Bis-butoxyphenyl dipyridine cation with high affinity for PF6−: Enhancement of solid fluorescence and inhibits Escherichia coli and Staphylococcus aureus activity through anion-π+ interactions

Abstract

The contamination of anions and the overuse of antibiotics pose significant hazards to human health. Excess anions can cause serious damage to organisms and the natural environment, while the misuse of antibiotics has led to the emergence of multi-drug resistant bacteria. Therefore, it is important to develop multifunctional fluorescent sensing devices that integrate the rapid and sensitive detection of specific anions and that exhibit excellent antimicrobial activity against multi-resistant bacteria. This study describes the synthesis of three water-soluble cationic fluorescent molecules, DPPT-R (R = 5C, 6C, 7C). Their structures were characterized using 1H NMR spectroscopy, HRMS, and single crystal X-ray diffraction.

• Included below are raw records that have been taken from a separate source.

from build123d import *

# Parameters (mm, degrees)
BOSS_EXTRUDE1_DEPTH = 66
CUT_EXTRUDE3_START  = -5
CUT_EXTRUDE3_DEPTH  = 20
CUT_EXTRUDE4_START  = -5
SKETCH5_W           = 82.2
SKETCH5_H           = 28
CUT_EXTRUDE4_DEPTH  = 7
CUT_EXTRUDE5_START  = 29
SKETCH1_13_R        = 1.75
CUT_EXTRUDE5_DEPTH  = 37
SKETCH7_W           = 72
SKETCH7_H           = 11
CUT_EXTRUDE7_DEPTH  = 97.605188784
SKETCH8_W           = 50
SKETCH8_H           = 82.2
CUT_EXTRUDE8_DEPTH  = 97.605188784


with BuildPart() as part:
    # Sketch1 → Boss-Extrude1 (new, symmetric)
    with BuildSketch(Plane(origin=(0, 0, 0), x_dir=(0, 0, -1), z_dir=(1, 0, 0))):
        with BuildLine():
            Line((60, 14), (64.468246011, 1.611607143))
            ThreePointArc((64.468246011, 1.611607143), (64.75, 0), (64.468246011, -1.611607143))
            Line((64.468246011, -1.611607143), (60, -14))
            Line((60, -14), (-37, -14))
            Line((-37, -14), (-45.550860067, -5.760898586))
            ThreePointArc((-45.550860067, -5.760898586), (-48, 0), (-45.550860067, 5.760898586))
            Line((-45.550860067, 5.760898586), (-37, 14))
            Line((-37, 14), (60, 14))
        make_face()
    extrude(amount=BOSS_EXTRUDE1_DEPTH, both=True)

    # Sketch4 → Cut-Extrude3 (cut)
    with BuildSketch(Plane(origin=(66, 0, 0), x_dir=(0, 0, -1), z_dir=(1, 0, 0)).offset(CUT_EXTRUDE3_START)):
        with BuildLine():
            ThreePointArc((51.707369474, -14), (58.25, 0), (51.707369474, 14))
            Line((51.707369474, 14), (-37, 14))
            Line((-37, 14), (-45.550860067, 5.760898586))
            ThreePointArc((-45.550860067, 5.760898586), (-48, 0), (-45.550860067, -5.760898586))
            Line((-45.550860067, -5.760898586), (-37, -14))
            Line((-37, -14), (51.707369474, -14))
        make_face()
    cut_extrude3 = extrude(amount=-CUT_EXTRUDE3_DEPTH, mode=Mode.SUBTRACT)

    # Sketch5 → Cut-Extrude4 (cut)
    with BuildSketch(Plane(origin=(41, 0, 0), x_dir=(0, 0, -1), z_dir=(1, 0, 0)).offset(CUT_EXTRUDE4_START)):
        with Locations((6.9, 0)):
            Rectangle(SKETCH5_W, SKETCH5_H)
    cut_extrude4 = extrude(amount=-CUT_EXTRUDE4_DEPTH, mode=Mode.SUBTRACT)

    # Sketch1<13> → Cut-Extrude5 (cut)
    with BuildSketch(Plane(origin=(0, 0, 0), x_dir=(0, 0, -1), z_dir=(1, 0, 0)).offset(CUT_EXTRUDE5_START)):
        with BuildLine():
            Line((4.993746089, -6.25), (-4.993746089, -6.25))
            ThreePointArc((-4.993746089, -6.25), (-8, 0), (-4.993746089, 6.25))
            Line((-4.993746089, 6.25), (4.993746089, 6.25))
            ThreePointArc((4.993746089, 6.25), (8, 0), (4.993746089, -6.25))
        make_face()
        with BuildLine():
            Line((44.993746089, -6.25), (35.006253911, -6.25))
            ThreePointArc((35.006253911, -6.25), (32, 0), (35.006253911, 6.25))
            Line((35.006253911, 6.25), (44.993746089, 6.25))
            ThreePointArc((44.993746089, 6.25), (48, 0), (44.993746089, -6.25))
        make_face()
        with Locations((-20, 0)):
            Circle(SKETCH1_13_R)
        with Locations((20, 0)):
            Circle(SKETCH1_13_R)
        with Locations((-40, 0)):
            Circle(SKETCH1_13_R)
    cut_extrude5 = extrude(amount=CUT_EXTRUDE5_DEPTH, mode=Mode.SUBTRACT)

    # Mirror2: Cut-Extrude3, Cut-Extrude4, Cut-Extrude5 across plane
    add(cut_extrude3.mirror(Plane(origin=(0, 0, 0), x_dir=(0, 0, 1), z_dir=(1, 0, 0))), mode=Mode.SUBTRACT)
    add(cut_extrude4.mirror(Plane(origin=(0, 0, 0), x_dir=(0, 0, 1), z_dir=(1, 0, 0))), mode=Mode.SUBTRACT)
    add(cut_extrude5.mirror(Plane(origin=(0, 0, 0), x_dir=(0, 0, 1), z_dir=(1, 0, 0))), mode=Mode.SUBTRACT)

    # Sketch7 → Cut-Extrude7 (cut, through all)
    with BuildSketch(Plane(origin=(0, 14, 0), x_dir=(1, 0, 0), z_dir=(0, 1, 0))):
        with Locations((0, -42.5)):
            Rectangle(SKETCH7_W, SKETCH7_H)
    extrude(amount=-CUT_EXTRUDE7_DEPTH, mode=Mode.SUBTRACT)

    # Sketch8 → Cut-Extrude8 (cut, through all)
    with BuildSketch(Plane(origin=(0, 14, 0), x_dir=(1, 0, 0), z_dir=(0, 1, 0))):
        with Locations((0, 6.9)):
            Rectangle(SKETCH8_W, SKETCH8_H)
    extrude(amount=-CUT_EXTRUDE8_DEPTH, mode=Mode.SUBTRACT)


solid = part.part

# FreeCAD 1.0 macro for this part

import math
import FreeCAD as App
import Part
import Sketcher
Q = App.Units.Quantity

doc = App.newDocument("Part")
body = doc.addObject("PartDesign::Body", "Body")

# Sketch on YZ plane
sketch1 = doc.addObject("Sketcher::SketchObject", "Sketch")
body.addObject(sketch1)
sketch1.AttachmentSupport = (doc.YZ_Plane, [""])
sketch1.MapMode = "FlatFace"
sketch1.addGeometry([
    Part.LineSegment(App.Vector(1.611607, -64.468246, 0), App.Vector(14, -60, 0)),  # 0
    Part.LineSegment(App.Vector(14, -60, 0), App.Vector(14, 37, 0)),  # 1
    Part.LineSegment(App.Vector(14, 37, 0), App.Vector(5.760899, 45.55086, 0)),  # 2
    Part.ArcOfCircle(Part.Circle(App.Vector(0, 40, 0), App.Vector(0, 0, 1), 8), math.radians(43.936245), math.radians(136.063755)),  # 3
    Part.LineSegment(App.Vector(-5.760899, 45.55086, 0), App.Vector(-14, 37, 0)),  # 4
    Part.LineSegment(App.Vector(-14, 37, 0), App.Vector(-14, -60, 0)),  # 5
    Part.LineSegment(App.Vector(-14, -60, 0), App.Vector(-1.611607, -64.468246, 0)),  # 6
    Part.ArcOfCircle(Part.Circle(App.Vector(0, -60, 0), App.Vector(0, 0, 1), 4.75), math.radians(-109.833362), math.radians(-70.166638)),  # 7
], False)
sketch1.addConstraint([
    Sketcher.Constraint("Coincident", 0, 2, 1, 1),
    Sketcher.Constraint("Coincident", 1, 2, 2, 1),
    Sketcher.Constraint("Tangent", 2, 2, 3, 1),
    Sketcher.Constraint("Tangent", 3, 2, 4, 1),
    Sketcher.Constraint("Coincident", 4, 2, 5, 1),
    Sketcher.Constraint("Coincident", 5, 2, 6, 1),
    Sketcher.Constraint("Tangent", 6, 2, 7, 1),
    Sketcher.Constraint("Tangent", 7, 2, 0, 1),
    Sketcher.Constraint("Vertical", 1),
    Sketcher.Constraint("Vertical", 5),
    Sketcher.Constraint("Symmetric", 2, 2, 3, 2, -2),
    Sketcher.Constraint("Symmetric", 0, 2, 5, 2, -2),
    Sketcher.Constraint("PointOnObject", 7, 3, -2),
    Sketcher.Constraint("Horizontal", 7, 3, 0, 2),
    Sketcher.Constraint("Radius", 3, Q("8 mm")),
    Sketcher.Constraint("DistanceY", 1, 1, 1, 2, Q("97 mm")),
    Sketcher.Constraint("Radius", 7, Q("4.75 mm")),
    Sketcher.Constraint("DistanceY", -1, 1, 3, 3, Q("40 mm")),
    Sketcher.Constraint("DistanceY", 7, 3, -1, 1, Q("60 mm")),
    Sketcher.Constraint("DistanceX", -1, 1, 0, 2, Q("14 mm")),
])
pad1 = doc.addObject("PartDesign::Pad", "Pad")
body.addObject(pad1)
pad1.Profile = sketch1
pad1.Length = 132
pad1.Midplane = True

# Sketch on YZ plane
sketch2 = doc.addObject("Sketcher::SketchObject", "Sketch001")
body.addObject(sketch2)
sketch2.AttachmentSupport = (doc.YZ_Plane, [""])
sketch2.MapMode = "FlatFace"
sketch2.AttachmentOffset = App.Placement(App.Vector(0, 0, 61), App.Rotation())
sketch2.addGeometry([
    Part.ArcOfCircle(Part.Circle(App.Vector(0, -40, 0), App.Vector(0, 0, 1), 18.25), math.radians(-140.096261), math.radians(-39.903739)),  # 0
    Part.LineSegment(App.Vector(14, -51.707369, 0), App.Vector(14, 37, 0)),  # 1
    Part.LineSegment(App.Vector(14, 37, 0), App.Vector(5.760899, 45.55086, 0)),  # 2
    Part.ArcOfCircle(Part.Circle(App.Vector(0, 40, 0), App.Vector(0, 0, 1), 8), math.radians(43.936245), math.radians(136.063755)),  # 3
    Part.LineSegment(App.Vector(-5.760899, 45.55086, 0), App.Vector(-14, 37, 0)),  # 4
    Part.LineSegment(App.Vector(-14, 37, 0), App.Vector(-14, -51.707369, 0)),  # 5
], False)
sketch2.addConstraint([
    Sketcher.Constraint("Coincident", 0, 2, 1, 1),
    Sketcher.Constraint("Coincident", 1, 2, 2, 1),
    Sketcher.Constraint("Tangent", 2, 2, 3, 1),
    Sketcher.Constraint("Tangent", 3, 2, 4, 1),
    Sketcher.Constraint("Coincident", 4, 2, 5, 1),
    Sketcher.Constraint("Coincident", 5, 2, 0, 1),
    Sketcher.Constraint("Vertical", 1),
    Sketcher.Constraint("Vertical", 5),
    Sketcher.Constraint("Symmetric", 0, 3, 3, 3, -1, 1),
    Sketcher.Constraint("Symmetric", 2, 2, 3, 2, -2),
    Sketcher.Constraint("Horizontal", 1, 2, 4, 2),
    Sketcher.Constraint("Radius", 3, Q("8 mm")),
    Sketcher.Constraint("Radius", 0, Q("18.25 mm")),
    Sketcher.Constraint("DistanceY", 0, 3, -1, 1, Q("40 mm")),
    Sketcher.Constraint("DistanceX", -1, 1, 0, 2, Q("14 mm")),
    Sketcher.Constraint("DistanceY", -1, 1, 1, 2, Q("37 mm")),
])
pocket1 = doc.addObject("PartDesign::Pocket", "Pocket")
body.addObject(pocket1)
pocket1.Profile = sketch2
pocket1.Length = 20

# Sketch on YZ plane
sketch3 = doc.addObject("Sketcher::SketchObject", "Sketch002")
body.addObject(sketch3)
sketch3.AttachmentSupport = (doc.YZ_Plane, [""])
sketch3.MapMode = "FlatFace"
sketch3.AttachmentOffset = App.Placement(App.Vector(0, 0, 36), App.Rotation())
sketch3.addGeometry([
    Part.LineSegment(App.Vector(14, 34.2, 0), App.Vector(-14, 34.2, 0)),
    Part.LineSegment(App.Vector(-14, 34.2, 0), App.Vector(-14, -48, 0)),
    Part.LineSegment(App.Vector(-14, -48, 0), App.Vector(14, -48, 0)),
    Part.LineSegment(App.Vector(14, -48, 0), App.Vector(14, 34.2, 0)),
], False)
sketch3.addConstraint([
    Sketcher.Constraint("Coincident", 0, 2, 1, 1),
    Sketcher.Constraint("Coincident", 1, 2, 2, 1),
    Sketcher.Constraint("Coincident", 2, 2, 3, 1),
    Sketcher.Constraint("Coincident", 3, 2, 0, 1),
    Sketcher.Constraint("Horizontal", 0),
    Sketcher.Constraint("Vertical", 1),
    Sketcher.Constraint("Horizontal", 2),
    Sketcher.Constraint("Vertical", 3),
    Sketcher.Constraint("DistanceX", 0, 2, 0, 1, Q("28 mm")),
    Sketcher.Constraint("DistanceY", 1, 2, 1, 1, Q("82.2 mm")),
    Sketcher.Constraint("DistanceX", 0, 2, -1, 1, Q("14 mm")),
    Sketcher.Constraint("DistanceY", 1, 2, -1, 1, Q("48 mm")),
])
pocket2 = doc.addObject("PartDesign::Pocket", "Pocket001")
body.addObject(pocket2)
pocket2.Profile = sketch3
pocket2.Length = 7

# Sketch on YZ plane
sketch4 = doc.addObject("Sketcher::SketchObject", "Sketch003")
body.addObject(sketch4)
sketch4.AttachmentSupport = (doc.YZ_Plane, [""])
sketch4.MapMode = "FlatFace"
sketch4.AttachmentOffset = App.Placement(App.Vector(0, 0, 29), App.Rotation())
sketch4.addGeometry([
    Part.LineSegment(App.Vector(-6.25, 4.993746, 0), App.Vector(-6.25, -4.993746, 0)),  # 0
    Part.ArcOfCircle(Part.Circle(App.Vector(0, 0, 0), App.Vector(0, 0, 1), 8), math.radians(-141.375167), math.radians(-38.624833)),  # 1
    Part.LineSegment(App.Vector(6.25, -4.993746, 0), App.Vector(6.25, 4.993746, 0)),  # 2
    Part.ArcOfCircle(Part.Circle(App.Vector(0, 0, 0), App.Vector(0, 0, 1), 8), math.radians(38.624833), math.radians(141.375167)),  # 3
    Part.LineSegment(App.Vector(-6.25, -35.006254, 0), App.Vector(-6.25, -44.993746, 0)),  # 4
    Part.ArcOfCircle(Part.Circle(App.Vector(0, -40, 0), App.Vector(0, 0, 1), 8), math.radians(-141.375167), math.radians(-38.624833)),  # 5
    Part.LineSegment(App.Vector(6.25, -44.993746, 0), App.Vector(6.25, -35.006254, 0)),  # 6
    Part.ArcOfCircle(Part.Circle(App.Vector(0, -40, 0), App.Vector(0, 0, 1), 8), math.radians(38.624833), math.radians(141.375167)),  # 7
    Part.Circle(App.Vector(0, 20, 0), App.Vector(0, 0, 1), 1.75),  # 8
    Part.Circle(App.Vector(0, -20, 0), App.Vector(0, 0, 1), 1.75),  # 9
    Part.Circle(App.Vector(0, 40, 0), App.Vector(0, 0, 1), 1.75),  # 10
], False)
sketch4.addConstraint([
    Sketcher.Constraint("Coincident", 0, 2, 1, 1),
    Sketcher.Constraint("Coincident", 1, 2, 2, 1),
    Sketcher.Constraint("Coincident", 2, 2, 3, 1),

Spectroscopic properties of the probes were recorded using UV–visible absorption and fluorescence spectroscopy. The recognition mode and mechanism of the fluorescent probes towards PF6− were investigated. Under aqueous solution conditions involves the PF6− induced aggregation of the probe via strong electrostatic interactions, leading to fluorescence quenching. Adjusting the alkyl chain length of the probe can enhance the sensitivity for the detection of the target anions. The detection limits are 0.892 μM, 0.786 μM and 0.444 μM for R = 5C, 6C, 7C, respectively. In addition, DPPT-R and DPPT-R@PF6 exhibit good inhibitory activity and fluorescence imaging capability against methicillin-resistant Staphylococcus aureus and multidrug-resistant Escherichia coli. Among them, the side chain of DPPT-R@PF6 with an almost 90° bend may be more advantageous for membrane insertion, thus enhancing its antimicrobial activity. In particular, after DPPT-R and PF6− form the DPPT-R@PF6 complex, the complex enhances its solid-state fluorescence, intensity of bacterial fluorescence imaging, and antibacterial activity through anion-π+ interactions. Therefore, this study can provide a new strategy and theoretical basis for the design and application of multifunctional fluorescent sensing materials and antibacterial molecules based on electrostatic interactions and anion-π+ interactions.